*Goal of the exercise:*
Output range, inclusive: from the line containing "#56=AXIS2_PLACEMENT_3D('',#54,#55,#23);" to the line containing "#91=VERTEX_POINT('',#90);". Restate those lines from the data below word for word and only those.

*Data for the task:*

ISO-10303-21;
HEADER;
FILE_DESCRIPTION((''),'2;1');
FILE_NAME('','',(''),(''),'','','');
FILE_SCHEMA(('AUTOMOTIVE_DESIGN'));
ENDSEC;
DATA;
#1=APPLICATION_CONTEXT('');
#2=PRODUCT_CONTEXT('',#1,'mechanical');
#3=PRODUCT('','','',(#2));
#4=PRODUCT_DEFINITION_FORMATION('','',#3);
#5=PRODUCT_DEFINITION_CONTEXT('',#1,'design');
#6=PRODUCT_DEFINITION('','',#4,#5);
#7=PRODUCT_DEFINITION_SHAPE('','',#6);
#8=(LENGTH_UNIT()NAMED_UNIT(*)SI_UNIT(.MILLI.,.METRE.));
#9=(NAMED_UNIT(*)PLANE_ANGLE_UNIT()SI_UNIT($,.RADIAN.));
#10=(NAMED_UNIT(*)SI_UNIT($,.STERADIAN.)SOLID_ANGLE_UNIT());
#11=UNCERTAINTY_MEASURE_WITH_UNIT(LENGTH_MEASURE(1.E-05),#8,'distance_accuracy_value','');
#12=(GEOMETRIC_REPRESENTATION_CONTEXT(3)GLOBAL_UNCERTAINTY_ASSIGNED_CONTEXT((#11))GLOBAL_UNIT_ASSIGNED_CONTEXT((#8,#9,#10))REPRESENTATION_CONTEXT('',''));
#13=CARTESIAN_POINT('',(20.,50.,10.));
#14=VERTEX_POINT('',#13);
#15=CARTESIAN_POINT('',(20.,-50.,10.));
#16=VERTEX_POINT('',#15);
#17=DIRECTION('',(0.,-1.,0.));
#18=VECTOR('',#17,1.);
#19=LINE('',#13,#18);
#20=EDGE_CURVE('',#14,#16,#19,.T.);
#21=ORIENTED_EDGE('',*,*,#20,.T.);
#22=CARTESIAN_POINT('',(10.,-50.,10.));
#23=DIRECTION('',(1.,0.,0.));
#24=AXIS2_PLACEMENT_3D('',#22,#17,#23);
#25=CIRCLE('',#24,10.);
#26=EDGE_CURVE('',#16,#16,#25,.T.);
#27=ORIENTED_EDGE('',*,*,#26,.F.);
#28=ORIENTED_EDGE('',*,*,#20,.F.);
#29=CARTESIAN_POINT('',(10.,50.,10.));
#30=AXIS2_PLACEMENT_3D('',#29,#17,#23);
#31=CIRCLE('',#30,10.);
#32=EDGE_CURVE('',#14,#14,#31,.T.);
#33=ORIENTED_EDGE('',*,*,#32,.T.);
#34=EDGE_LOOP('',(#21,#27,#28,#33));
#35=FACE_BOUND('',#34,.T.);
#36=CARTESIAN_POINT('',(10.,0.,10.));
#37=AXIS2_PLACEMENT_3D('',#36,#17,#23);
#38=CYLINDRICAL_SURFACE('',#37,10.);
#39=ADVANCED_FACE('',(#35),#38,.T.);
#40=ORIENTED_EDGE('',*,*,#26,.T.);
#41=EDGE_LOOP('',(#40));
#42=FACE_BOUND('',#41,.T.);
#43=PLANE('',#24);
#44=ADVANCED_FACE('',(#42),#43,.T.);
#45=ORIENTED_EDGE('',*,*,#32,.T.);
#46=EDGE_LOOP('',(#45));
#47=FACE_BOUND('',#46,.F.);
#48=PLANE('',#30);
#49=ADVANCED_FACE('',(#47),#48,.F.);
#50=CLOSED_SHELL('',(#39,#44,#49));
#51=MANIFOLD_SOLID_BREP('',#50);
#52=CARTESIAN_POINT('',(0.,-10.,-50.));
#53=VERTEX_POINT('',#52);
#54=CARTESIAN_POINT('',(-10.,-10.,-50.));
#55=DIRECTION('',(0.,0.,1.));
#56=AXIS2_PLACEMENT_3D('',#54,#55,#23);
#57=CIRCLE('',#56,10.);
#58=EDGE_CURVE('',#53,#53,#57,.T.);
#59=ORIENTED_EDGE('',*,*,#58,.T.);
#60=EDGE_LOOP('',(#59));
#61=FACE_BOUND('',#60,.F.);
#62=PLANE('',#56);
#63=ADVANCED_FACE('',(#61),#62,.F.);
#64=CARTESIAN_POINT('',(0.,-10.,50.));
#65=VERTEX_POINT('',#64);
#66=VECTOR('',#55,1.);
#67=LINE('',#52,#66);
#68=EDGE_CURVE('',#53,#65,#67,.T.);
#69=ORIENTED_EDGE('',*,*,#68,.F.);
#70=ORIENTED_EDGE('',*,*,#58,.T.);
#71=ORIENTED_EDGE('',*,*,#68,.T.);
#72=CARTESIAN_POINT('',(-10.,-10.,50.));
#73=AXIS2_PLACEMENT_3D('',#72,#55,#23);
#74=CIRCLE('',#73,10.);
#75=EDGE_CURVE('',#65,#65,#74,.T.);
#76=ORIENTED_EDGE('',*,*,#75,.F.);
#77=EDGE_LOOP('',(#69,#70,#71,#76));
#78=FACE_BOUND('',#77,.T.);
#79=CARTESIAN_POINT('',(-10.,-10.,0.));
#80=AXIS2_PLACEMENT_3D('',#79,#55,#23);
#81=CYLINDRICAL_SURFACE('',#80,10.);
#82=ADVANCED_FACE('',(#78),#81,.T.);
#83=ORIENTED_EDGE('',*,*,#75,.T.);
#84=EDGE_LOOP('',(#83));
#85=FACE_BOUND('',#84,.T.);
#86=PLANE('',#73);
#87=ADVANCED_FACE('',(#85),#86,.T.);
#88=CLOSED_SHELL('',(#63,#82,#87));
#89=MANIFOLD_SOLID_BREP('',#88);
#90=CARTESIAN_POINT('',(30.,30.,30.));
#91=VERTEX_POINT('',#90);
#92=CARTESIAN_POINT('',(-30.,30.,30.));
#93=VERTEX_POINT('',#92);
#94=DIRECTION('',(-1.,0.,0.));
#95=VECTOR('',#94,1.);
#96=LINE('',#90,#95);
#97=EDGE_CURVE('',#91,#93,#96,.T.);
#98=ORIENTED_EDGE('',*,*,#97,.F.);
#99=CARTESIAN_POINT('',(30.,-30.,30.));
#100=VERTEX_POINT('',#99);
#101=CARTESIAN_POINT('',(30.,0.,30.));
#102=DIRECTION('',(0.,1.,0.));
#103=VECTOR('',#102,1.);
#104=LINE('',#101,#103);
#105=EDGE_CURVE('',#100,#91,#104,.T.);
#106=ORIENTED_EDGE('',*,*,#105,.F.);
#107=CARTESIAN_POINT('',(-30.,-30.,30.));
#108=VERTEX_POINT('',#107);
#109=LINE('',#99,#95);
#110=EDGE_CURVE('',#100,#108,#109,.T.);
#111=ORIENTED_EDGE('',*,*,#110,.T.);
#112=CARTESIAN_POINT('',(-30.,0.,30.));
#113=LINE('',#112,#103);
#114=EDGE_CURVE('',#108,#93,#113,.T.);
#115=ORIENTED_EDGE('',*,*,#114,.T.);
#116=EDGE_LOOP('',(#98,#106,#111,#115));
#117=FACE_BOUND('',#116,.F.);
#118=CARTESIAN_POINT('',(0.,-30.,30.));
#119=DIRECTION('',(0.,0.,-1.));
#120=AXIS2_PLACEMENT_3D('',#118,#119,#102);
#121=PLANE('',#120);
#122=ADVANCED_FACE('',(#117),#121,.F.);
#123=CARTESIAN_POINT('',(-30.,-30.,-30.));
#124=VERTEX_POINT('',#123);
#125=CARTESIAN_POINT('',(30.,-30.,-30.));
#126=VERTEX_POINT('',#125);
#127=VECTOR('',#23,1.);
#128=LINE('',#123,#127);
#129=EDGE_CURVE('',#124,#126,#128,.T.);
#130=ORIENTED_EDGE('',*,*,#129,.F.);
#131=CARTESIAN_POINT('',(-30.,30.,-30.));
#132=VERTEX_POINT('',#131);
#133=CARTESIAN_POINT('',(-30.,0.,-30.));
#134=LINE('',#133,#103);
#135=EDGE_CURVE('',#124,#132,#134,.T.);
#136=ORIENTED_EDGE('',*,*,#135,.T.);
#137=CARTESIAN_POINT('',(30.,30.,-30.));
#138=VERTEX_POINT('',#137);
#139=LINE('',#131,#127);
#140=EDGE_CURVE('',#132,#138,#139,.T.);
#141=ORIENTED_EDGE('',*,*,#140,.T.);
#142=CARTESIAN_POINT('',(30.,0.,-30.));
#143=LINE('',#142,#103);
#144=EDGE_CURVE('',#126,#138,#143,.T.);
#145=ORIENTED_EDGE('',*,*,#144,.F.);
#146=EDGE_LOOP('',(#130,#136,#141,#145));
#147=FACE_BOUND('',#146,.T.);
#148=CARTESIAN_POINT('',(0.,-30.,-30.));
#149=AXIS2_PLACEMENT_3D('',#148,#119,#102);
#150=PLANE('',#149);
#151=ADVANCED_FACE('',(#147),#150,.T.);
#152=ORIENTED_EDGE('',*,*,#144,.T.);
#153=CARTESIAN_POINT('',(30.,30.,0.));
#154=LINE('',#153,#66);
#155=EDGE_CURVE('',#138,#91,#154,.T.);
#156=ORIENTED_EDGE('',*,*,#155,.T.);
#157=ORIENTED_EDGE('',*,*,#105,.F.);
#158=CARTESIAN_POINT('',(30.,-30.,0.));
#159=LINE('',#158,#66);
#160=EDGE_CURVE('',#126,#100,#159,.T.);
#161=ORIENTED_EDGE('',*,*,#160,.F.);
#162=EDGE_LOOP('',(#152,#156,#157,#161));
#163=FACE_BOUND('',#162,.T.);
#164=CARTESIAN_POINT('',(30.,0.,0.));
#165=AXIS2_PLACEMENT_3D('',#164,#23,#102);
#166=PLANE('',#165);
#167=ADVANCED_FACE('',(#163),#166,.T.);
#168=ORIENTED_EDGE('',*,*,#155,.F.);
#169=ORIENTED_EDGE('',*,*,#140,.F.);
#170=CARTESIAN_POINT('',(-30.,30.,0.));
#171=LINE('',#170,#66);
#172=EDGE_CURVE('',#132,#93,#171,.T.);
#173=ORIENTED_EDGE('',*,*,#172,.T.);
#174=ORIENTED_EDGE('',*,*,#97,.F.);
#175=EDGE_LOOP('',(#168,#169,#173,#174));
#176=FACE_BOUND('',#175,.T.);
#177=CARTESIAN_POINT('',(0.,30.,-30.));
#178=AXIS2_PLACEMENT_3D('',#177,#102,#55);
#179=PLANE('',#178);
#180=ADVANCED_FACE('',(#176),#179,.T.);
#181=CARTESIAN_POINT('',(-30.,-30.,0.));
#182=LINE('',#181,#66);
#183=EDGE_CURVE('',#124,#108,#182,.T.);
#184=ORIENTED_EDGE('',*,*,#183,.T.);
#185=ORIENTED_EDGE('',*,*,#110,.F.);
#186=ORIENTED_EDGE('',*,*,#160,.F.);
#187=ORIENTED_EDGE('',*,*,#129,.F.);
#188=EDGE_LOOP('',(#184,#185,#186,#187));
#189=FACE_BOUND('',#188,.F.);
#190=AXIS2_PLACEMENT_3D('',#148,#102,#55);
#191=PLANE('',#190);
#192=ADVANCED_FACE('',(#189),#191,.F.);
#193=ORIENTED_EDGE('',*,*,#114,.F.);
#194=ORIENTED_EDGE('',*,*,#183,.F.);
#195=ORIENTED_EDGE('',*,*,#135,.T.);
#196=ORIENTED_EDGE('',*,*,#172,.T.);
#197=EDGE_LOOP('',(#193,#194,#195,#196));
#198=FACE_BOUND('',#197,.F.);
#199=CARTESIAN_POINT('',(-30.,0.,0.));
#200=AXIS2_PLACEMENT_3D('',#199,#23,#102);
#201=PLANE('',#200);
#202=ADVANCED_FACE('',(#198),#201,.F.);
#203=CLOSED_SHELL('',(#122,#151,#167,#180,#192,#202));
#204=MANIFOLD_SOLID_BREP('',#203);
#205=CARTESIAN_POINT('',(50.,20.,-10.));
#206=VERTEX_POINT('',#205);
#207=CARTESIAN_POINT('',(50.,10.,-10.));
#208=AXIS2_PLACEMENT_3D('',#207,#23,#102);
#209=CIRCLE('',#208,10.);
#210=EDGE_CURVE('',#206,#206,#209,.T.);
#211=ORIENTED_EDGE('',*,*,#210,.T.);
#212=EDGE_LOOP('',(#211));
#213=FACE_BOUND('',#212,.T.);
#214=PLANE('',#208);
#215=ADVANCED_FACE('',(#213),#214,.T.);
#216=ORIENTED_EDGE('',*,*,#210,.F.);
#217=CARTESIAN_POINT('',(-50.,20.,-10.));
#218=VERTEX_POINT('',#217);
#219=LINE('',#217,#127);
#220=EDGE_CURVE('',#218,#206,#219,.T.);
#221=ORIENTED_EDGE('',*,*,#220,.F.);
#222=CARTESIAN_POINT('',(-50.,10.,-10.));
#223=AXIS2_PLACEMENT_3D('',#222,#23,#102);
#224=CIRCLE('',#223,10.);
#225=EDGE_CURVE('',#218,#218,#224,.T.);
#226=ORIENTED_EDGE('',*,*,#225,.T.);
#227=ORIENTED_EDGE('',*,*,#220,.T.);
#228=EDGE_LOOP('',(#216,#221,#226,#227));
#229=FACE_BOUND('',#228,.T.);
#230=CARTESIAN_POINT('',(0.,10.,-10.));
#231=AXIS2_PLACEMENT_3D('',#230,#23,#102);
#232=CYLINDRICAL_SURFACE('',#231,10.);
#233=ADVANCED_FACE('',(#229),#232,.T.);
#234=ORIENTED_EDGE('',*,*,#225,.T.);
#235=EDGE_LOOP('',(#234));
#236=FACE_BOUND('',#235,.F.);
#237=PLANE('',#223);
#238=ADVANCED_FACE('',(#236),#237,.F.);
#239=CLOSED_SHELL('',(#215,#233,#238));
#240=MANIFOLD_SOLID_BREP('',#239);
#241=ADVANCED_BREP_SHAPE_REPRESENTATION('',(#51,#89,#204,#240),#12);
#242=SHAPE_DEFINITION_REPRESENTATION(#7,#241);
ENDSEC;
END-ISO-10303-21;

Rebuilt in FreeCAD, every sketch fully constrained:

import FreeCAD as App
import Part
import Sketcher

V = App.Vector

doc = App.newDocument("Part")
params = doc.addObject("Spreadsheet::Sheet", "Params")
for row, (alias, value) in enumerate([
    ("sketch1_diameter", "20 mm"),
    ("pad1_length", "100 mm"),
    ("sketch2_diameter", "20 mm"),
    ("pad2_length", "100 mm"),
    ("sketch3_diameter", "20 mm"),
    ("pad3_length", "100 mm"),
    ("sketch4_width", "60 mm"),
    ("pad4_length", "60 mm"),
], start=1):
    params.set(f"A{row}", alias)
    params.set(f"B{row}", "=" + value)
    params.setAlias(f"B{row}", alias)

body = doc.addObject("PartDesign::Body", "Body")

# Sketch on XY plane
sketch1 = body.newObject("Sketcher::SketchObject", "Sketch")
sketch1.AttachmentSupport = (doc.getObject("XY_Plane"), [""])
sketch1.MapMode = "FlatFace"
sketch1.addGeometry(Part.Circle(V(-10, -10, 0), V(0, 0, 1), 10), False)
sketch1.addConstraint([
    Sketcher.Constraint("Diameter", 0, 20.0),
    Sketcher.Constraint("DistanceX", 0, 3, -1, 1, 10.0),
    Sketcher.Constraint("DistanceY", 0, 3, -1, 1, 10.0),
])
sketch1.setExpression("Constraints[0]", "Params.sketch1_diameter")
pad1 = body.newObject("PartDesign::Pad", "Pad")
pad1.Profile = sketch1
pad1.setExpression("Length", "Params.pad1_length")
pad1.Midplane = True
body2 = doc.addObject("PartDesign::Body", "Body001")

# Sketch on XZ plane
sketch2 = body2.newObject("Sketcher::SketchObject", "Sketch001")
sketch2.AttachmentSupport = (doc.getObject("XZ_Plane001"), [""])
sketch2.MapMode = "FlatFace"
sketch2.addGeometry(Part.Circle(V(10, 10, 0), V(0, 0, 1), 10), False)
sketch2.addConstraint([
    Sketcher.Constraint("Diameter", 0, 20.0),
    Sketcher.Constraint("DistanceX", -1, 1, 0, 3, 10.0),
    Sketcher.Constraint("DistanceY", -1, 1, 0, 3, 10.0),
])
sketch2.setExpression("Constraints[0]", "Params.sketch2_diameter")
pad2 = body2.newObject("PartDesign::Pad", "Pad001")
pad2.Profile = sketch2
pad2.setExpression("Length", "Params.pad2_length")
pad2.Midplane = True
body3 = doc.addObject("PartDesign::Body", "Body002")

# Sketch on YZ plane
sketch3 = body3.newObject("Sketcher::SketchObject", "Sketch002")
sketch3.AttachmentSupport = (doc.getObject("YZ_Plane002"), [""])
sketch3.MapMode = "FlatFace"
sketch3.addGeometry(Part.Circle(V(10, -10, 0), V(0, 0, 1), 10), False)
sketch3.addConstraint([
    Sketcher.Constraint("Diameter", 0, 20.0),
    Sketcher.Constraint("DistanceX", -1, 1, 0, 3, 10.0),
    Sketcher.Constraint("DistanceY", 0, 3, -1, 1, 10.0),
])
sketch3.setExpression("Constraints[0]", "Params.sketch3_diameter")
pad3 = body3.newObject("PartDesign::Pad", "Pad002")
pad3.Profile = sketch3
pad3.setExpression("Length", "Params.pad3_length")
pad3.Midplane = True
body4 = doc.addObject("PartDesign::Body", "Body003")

*Problem solution:*
#56=AXIS2_PLACEMENT_3D('',#54,#55,#23);
#57=CIRCLE('',#56,10.);
#58=EDGE_CURVE('',#53,#53,#57,.T.);
#59=ORIENTED_EDGE('',*,*,#58,.T.);
#60=EDGE_LOOP('',(#59));
#61=FACE_BOUND('',#60,.F.);
#62=PLANE('',#56);
#63=ADVANCED_FACE('',(#61),#62,.F.);
#64=CARTESIAN_POINT('',(0.,-10.,50.));
#65=VERTEX_POINT('',#64);
#66=VECTOR('',#55,1.);
#67=LINE('',#52,#66);
#68=EDGE_CURVE('',#53,#65,#67,.T.);
#69=ORIENTED_EDGE('',*,*,#68,.F.);
#70=ORIENTED_EDGE('',*,*,#58,.T.);
#71=ORIENTED_EDGE('',*,*,#68,.T.);
#72=CARTESIAN_POINT('',(-10.,-10.,50.));
#73=AXIS2_PLACEMENT_3D('',#72,#55,#23);
#74=CIRCLE('',#73,10.);
#75=EDGE_CURVE('',#65,#65,#74,.T.);
#76=ORIENTED_EDGE('',*,*,#75,.F.);
#77=EDGE_LOOP('',(#69,#70,#71,#76));
#78=FACE_BOUND('',#77,.T.);
#79=CARTESIAN_POINT('',(-10.,-10.,0.));
#80=AXIS2_PLACEMENT_3D('',#79,#55,#23);
#81=CYLINDRICAL_SURFACE('',#80,10.);
#82=ADVANCED_FACE('',(#78),#81,.T.);
#83=ORIENTED_EDGE('',*,*,#75,.T.);
#84=EDGE_LOOP('',(#83));
#85=FACE_BOUND('',#84,.T.);
#86=PLANE('',#73);
#87=ADVANCED_FACE('',(#85),#86,.T.);
#88=CLOSED_SHELL('',(#63,#82,#87));
#89=MANIFOLD_SOLID_BREP('',#88);
#90=CARTESIAN_POINT('',(30.,30.,30.));
#91=VERTEX_POINT('',#90);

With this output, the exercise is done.